Print word for word the first line of the records below and every following line through the one containing "f 295 141 136"; print nothing else.

(Saved data entries)

..........

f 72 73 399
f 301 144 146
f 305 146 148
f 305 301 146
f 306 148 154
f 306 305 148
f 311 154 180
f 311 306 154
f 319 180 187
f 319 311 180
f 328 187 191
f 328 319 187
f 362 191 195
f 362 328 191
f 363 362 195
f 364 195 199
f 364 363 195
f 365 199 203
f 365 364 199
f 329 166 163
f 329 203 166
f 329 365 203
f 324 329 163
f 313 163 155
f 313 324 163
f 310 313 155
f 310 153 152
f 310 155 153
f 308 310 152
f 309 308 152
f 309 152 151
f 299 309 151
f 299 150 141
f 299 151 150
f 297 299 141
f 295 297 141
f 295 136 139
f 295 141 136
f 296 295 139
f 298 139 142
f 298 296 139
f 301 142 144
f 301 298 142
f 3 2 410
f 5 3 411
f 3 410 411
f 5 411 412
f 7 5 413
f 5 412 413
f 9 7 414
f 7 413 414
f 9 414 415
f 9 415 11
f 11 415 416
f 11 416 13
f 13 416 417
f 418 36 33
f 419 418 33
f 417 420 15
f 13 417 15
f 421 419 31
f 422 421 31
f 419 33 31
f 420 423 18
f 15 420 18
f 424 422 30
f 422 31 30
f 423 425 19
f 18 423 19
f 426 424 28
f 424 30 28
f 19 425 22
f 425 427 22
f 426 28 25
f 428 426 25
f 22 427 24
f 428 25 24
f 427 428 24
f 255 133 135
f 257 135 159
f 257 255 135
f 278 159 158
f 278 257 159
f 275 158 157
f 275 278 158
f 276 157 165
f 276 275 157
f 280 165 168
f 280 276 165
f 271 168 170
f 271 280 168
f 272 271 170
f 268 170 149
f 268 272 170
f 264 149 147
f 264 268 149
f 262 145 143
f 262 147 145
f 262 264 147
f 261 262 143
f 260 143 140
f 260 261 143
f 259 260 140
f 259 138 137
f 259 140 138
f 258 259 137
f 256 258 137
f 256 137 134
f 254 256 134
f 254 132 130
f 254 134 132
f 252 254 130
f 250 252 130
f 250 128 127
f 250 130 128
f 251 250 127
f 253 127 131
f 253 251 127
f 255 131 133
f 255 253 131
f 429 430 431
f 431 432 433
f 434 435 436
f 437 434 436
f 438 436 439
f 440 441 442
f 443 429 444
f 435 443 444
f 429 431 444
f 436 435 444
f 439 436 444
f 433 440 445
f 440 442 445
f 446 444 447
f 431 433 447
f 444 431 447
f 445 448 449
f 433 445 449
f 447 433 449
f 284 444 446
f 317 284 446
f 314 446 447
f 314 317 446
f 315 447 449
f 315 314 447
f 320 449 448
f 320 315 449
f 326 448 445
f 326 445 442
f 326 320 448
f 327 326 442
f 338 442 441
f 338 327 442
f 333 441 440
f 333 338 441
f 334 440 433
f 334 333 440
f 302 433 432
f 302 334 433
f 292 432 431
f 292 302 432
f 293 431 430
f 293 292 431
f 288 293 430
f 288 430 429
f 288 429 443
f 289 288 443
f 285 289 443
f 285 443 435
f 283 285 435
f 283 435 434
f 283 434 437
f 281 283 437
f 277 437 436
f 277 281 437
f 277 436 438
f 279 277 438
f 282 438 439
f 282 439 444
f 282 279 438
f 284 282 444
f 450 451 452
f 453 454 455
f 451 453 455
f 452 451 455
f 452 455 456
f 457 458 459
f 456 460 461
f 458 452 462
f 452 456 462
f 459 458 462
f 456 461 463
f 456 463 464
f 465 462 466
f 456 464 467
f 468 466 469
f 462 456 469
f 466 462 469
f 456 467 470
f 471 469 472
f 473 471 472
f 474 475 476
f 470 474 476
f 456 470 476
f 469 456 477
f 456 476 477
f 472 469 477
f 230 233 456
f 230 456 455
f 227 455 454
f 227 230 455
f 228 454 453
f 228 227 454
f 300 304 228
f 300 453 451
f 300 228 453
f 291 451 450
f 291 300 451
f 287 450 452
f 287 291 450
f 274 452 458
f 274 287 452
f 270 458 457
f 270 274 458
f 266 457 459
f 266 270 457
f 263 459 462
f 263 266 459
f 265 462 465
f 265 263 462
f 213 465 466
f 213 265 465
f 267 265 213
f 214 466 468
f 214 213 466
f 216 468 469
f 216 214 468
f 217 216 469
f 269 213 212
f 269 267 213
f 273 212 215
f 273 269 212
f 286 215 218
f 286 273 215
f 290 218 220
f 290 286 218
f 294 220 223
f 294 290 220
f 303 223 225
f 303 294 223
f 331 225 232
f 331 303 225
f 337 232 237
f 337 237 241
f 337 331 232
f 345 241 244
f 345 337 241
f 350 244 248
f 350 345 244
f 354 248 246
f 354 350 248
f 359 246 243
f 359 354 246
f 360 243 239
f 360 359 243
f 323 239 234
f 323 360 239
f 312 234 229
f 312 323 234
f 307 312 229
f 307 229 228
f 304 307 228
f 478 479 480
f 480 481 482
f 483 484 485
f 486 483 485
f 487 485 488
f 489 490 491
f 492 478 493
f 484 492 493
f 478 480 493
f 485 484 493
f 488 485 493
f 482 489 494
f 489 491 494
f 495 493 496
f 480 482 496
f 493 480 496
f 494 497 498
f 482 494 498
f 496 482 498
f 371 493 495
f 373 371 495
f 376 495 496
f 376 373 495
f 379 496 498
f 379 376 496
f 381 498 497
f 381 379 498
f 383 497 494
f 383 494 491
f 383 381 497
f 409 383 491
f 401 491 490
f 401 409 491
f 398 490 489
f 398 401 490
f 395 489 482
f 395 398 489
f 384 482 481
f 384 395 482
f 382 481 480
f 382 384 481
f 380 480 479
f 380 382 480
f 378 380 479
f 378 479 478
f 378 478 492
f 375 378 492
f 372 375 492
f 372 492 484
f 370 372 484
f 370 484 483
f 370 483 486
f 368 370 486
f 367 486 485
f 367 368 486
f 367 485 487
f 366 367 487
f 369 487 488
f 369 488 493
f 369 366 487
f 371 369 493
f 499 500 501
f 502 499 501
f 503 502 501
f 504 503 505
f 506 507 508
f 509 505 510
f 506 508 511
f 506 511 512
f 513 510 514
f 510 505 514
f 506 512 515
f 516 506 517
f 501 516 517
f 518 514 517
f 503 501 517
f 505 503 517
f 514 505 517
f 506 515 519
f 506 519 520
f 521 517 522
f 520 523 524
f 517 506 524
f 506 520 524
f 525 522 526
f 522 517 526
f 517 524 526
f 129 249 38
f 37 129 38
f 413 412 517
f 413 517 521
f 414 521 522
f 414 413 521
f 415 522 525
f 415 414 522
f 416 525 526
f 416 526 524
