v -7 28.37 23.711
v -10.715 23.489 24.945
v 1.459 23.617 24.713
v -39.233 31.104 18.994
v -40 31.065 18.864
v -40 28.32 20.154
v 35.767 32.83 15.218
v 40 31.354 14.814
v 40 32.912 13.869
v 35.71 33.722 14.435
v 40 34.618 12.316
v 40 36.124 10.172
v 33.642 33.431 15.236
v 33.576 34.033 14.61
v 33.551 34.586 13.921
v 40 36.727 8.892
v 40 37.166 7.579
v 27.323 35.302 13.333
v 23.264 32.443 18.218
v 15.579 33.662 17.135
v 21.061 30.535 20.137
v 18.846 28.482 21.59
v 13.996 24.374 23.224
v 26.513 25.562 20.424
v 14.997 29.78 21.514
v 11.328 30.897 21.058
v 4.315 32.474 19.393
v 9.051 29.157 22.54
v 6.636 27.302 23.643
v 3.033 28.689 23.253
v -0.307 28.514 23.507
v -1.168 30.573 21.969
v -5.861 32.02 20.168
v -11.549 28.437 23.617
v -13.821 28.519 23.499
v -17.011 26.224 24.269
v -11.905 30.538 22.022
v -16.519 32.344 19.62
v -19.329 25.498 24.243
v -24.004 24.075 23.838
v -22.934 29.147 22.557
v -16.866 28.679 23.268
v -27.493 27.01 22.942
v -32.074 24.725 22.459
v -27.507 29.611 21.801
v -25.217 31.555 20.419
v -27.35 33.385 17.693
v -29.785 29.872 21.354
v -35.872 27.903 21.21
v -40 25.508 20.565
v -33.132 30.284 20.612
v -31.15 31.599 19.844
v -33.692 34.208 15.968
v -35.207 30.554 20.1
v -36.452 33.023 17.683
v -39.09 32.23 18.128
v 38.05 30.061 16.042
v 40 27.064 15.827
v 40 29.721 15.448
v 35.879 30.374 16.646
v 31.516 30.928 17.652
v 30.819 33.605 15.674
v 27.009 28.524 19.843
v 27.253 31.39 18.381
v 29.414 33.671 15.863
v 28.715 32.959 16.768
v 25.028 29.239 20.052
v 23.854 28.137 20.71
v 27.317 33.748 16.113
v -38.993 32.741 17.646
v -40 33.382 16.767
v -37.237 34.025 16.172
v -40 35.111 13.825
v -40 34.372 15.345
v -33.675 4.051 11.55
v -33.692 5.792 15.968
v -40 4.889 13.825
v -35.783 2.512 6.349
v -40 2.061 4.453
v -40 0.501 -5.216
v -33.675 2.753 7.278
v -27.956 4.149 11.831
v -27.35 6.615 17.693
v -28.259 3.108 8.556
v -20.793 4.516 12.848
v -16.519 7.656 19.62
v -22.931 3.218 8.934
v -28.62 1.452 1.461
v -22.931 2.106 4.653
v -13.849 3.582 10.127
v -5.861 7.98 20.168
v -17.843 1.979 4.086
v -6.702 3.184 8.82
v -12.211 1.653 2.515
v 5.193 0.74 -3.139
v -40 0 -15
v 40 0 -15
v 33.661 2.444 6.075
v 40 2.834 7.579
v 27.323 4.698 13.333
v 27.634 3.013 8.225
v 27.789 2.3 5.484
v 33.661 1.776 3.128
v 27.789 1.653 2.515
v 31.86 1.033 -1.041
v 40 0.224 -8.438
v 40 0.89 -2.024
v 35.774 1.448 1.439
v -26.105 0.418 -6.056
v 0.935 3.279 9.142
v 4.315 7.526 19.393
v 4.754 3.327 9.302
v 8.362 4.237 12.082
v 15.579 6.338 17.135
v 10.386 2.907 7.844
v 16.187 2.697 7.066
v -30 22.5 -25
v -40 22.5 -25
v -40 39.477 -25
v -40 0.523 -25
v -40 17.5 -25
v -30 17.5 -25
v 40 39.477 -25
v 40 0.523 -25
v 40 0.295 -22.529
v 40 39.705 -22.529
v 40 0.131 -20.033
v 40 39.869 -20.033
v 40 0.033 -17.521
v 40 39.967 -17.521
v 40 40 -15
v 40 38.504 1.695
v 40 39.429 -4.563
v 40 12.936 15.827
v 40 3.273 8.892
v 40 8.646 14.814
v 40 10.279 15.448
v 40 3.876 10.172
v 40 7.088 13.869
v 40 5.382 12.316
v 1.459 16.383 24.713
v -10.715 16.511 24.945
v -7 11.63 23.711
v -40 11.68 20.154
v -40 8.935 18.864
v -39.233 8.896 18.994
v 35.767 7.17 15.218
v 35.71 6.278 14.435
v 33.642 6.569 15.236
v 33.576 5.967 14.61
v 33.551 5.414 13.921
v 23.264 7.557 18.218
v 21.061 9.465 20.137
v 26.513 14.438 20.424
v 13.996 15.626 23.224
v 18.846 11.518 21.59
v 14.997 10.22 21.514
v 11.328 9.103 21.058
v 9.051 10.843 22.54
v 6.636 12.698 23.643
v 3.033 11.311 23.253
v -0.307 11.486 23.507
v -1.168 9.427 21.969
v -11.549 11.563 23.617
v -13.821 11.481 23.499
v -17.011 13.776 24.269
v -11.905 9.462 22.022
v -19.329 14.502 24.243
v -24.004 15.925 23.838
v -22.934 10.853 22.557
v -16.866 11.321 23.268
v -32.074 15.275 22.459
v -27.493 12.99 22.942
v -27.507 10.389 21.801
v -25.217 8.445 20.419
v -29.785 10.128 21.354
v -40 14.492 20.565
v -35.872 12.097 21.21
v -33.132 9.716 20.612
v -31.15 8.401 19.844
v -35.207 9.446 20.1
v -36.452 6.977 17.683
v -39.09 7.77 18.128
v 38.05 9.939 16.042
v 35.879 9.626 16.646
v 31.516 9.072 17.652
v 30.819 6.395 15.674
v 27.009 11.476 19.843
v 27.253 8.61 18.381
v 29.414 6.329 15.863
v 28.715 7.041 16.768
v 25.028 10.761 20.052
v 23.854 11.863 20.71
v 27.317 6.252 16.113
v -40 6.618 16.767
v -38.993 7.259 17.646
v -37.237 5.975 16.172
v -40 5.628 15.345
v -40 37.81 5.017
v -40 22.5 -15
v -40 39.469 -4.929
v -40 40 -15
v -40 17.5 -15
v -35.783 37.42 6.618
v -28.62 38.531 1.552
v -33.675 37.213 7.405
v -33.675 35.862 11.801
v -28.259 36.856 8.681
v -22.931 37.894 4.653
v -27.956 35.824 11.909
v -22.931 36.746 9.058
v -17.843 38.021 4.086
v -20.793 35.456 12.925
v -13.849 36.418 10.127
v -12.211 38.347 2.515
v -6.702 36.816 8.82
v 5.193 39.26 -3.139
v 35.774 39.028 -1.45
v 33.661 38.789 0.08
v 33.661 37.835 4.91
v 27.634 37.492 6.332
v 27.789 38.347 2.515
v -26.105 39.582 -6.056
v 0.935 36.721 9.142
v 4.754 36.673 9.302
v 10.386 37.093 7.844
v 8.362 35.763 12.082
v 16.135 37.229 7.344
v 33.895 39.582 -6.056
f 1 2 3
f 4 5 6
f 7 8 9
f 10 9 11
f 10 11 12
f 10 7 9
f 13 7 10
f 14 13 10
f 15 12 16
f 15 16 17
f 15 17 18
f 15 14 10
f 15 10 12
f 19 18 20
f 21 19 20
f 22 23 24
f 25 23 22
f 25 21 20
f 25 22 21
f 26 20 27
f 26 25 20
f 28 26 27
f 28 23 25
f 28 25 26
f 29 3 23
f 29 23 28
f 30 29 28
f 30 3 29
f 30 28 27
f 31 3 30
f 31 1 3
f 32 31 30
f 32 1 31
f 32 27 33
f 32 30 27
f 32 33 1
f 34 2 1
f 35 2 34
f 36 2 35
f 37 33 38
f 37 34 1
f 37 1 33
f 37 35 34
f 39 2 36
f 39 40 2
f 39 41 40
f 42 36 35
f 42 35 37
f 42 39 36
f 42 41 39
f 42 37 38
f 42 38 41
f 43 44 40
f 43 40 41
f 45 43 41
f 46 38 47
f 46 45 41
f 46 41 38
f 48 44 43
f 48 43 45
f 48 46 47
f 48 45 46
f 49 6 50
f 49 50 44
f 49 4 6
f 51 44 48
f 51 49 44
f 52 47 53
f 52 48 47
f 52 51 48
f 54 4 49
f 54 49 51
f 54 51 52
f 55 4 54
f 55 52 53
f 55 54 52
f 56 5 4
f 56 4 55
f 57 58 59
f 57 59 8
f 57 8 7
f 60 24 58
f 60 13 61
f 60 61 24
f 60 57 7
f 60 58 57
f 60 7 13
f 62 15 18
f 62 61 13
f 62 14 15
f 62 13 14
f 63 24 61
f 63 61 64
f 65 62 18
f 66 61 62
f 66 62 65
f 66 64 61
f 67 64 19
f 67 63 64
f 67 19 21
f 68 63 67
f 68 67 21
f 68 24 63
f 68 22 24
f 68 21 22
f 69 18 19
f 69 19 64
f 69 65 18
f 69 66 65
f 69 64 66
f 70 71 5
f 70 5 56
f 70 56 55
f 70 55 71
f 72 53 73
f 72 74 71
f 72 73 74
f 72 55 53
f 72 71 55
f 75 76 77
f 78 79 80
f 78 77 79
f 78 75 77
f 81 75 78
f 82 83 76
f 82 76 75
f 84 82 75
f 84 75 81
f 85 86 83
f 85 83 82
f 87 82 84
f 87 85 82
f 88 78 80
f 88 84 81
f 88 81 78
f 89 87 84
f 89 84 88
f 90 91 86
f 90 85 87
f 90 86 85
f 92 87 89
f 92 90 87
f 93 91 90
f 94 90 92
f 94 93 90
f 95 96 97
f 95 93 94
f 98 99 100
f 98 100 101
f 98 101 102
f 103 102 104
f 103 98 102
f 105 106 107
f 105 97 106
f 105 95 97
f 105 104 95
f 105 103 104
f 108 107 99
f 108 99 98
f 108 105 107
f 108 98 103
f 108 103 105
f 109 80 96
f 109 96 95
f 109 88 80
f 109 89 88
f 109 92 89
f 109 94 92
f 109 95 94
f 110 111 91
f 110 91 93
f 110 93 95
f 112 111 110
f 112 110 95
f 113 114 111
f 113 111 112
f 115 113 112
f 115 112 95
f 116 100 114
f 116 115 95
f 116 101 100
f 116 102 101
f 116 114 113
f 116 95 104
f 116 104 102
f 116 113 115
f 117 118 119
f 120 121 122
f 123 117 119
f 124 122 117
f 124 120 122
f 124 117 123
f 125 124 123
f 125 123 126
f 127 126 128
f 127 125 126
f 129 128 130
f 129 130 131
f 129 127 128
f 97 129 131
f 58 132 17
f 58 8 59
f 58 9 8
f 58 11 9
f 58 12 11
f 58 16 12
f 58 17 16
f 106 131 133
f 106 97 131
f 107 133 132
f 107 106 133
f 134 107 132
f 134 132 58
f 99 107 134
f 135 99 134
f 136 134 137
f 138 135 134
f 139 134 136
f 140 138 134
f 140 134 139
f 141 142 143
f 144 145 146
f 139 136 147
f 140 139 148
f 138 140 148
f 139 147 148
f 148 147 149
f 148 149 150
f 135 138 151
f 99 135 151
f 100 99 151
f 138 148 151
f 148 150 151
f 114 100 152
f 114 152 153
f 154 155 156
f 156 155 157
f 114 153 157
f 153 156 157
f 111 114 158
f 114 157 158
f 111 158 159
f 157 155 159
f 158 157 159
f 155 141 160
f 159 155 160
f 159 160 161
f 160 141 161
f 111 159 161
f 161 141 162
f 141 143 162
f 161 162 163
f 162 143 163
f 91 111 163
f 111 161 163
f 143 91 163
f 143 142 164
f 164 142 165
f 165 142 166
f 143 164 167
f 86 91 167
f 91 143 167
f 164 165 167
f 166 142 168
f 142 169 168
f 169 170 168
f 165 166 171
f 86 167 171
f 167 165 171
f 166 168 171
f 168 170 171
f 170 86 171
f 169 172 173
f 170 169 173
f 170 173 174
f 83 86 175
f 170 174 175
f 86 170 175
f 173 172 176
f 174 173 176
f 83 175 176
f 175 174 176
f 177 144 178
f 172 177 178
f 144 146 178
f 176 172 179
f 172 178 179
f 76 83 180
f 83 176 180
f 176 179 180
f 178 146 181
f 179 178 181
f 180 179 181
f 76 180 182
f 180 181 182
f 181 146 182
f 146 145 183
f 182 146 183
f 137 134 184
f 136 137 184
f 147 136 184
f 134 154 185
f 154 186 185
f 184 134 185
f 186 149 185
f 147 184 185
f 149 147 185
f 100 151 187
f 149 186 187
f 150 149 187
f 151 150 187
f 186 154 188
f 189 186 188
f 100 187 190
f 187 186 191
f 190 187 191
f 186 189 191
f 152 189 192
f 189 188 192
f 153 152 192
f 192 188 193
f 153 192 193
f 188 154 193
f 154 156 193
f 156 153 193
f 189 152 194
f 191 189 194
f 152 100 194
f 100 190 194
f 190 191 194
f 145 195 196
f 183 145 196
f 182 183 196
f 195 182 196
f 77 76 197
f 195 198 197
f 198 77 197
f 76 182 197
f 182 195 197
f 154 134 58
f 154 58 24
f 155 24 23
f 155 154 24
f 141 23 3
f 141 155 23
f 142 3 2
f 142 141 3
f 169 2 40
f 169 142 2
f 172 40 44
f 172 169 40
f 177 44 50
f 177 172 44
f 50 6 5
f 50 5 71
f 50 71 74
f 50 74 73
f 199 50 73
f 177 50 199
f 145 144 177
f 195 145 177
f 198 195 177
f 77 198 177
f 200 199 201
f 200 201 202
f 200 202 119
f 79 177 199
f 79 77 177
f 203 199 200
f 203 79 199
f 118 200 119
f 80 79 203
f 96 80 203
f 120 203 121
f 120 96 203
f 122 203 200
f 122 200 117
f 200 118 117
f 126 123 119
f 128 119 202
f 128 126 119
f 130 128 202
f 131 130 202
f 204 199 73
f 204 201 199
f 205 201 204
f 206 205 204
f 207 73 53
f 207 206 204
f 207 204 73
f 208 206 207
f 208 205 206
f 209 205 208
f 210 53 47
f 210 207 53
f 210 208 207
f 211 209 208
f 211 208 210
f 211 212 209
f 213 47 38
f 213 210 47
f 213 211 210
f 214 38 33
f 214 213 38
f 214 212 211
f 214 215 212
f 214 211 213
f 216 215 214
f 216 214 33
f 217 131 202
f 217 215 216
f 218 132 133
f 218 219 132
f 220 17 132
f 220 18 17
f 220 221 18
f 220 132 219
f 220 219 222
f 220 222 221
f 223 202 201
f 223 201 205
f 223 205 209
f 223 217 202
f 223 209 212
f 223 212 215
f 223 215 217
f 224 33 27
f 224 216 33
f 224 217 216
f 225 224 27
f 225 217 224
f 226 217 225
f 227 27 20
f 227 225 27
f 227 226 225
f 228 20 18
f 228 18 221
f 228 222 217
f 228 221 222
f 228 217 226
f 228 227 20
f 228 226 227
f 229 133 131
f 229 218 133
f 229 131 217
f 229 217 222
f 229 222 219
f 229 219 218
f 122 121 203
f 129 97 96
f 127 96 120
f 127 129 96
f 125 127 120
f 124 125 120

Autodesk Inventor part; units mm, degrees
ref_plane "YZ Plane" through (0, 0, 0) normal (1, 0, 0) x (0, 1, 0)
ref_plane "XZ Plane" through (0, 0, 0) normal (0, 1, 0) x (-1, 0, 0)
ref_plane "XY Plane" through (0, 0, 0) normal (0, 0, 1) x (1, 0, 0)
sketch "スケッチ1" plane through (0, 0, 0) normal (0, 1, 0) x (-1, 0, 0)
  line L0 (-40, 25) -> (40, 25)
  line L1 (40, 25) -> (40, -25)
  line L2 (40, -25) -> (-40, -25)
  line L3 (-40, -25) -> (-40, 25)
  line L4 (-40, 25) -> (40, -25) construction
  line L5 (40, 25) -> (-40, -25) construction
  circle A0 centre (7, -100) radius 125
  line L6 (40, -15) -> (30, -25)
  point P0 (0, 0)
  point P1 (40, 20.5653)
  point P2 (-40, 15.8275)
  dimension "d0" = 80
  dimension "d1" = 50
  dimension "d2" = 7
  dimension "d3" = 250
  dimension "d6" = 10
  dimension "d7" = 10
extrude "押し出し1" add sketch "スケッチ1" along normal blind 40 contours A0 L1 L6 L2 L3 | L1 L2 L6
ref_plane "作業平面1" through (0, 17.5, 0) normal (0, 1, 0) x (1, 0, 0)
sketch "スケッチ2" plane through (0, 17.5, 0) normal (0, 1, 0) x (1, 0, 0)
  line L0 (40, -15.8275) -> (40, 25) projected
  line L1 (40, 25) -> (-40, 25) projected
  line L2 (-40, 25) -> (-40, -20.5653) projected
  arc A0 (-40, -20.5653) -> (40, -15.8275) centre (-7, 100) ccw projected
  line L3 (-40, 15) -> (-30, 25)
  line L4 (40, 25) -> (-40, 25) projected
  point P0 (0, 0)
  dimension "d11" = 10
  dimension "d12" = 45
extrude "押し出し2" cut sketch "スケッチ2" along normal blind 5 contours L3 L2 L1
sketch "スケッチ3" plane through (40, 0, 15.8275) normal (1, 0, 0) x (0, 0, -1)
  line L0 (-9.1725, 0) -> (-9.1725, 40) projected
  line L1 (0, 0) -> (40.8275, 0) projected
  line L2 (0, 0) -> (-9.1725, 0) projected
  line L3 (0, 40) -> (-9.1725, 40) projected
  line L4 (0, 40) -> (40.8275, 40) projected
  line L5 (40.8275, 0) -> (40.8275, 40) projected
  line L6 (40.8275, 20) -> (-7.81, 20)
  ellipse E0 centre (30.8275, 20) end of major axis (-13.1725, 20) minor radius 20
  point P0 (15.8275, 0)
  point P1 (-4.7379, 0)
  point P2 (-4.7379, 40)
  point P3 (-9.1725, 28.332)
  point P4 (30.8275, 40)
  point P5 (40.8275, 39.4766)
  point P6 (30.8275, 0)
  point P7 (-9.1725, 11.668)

..........

*RESULT OF THIS TASK*:
f 72 73 399
f 301 144 146
f 305 146 148
f 305 301 146
f 306 148 154
f 306 305 148
f 311 154 180
f 311 306 154
f 319 180 187
f 319 311 180
f 328 187 191
f 328 319 187
f 362 191 195
f 362 328 191
f 363 362 195
f 364 195 199
f 364 363 195
f 365 199 203
f 365 364 199
f 329 166 163
f 329 203 166
f 329 365 203
f 324 329 163
f 313 163 155
f 313 324 163
f 310 313 155
f 310 153 152
f 310 155 153
f 308 310 152
f 309 308 152
f 309 152 151
f 299 309 151
f 299 150 141
f 299 151 150
f 297 299 141
f 295 297 141
f 295 136 139
f 295 141 136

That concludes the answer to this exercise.